Scan the records below and report how many lines contain the word "amount", giving the number by itself.

Saved entries:
..........
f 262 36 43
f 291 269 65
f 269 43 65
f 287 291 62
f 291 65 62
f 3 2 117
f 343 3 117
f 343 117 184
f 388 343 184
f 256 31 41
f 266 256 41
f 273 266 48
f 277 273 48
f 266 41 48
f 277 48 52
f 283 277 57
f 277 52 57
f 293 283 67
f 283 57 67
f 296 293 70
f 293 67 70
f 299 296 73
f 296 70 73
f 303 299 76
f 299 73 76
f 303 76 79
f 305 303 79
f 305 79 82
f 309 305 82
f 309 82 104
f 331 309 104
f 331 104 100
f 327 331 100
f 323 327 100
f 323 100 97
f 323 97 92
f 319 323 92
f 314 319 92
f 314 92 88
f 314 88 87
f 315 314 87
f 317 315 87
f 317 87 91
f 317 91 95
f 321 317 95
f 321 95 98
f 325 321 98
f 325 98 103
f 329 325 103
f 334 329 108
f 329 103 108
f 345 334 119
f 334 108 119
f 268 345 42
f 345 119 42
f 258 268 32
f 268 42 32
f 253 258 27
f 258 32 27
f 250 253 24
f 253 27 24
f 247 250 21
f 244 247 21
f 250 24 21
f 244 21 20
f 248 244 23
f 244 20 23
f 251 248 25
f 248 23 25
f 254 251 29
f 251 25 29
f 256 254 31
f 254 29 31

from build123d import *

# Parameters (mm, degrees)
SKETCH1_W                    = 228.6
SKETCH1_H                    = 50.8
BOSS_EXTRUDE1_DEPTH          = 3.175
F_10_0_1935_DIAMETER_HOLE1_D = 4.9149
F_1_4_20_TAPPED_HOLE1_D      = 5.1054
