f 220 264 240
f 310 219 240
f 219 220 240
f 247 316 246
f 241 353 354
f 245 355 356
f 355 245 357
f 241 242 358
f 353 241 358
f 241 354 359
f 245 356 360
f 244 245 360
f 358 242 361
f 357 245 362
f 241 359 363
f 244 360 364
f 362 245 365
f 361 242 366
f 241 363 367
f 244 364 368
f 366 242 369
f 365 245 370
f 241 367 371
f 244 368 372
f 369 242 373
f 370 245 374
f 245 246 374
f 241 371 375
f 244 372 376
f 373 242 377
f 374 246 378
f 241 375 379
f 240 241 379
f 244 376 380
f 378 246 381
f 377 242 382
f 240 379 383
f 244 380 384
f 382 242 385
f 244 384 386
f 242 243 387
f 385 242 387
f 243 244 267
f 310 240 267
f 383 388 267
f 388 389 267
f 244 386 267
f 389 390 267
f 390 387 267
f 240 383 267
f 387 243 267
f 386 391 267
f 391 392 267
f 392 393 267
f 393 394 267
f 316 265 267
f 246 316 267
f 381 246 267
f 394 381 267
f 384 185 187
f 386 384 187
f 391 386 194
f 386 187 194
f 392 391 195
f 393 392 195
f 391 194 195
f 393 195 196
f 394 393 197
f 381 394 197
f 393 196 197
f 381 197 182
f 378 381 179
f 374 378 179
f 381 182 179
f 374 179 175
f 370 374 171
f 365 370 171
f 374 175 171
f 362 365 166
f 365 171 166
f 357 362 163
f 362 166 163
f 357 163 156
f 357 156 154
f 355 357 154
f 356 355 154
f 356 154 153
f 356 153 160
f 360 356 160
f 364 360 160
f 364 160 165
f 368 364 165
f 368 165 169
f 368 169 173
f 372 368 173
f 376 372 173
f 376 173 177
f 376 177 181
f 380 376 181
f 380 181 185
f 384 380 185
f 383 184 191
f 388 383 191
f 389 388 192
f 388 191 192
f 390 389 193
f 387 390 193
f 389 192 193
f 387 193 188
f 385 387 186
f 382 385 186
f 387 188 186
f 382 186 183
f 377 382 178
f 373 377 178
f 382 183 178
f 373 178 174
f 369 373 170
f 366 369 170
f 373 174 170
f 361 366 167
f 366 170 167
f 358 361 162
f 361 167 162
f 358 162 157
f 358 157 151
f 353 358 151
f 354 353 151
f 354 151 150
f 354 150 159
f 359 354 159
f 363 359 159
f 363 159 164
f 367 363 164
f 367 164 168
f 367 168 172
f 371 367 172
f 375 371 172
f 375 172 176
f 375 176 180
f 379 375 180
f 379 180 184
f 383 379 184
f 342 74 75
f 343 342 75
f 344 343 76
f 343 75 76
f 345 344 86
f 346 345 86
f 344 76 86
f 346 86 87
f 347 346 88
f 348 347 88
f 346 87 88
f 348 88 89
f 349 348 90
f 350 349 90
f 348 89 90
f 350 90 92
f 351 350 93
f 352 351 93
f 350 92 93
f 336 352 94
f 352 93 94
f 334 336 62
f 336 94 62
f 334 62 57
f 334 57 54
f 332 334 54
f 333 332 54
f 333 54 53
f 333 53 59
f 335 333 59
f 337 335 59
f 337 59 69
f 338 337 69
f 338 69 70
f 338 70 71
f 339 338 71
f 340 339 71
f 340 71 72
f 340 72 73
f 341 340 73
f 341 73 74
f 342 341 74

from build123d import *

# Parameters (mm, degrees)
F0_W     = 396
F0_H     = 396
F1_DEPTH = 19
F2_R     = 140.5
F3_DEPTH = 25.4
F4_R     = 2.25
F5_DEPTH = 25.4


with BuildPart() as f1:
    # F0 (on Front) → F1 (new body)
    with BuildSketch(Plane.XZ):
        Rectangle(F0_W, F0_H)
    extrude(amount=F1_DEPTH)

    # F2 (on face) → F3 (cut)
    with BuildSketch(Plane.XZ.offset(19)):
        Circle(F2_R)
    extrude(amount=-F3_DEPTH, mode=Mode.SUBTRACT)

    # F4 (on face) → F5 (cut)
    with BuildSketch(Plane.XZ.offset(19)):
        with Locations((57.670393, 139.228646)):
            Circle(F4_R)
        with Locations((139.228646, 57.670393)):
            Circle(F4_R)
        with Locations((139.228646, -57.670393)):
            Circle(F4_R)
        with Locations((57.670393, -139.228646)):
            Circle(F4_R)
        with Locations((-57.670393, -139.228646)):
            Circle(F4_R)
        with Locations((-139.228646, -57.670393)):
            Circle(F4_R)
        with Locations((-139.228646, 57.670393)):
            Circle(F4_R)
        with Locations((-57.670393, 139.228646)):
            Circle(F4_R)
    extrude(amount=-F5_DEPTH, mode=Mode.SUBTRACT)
..........
- EXERCISE RESPONSE
3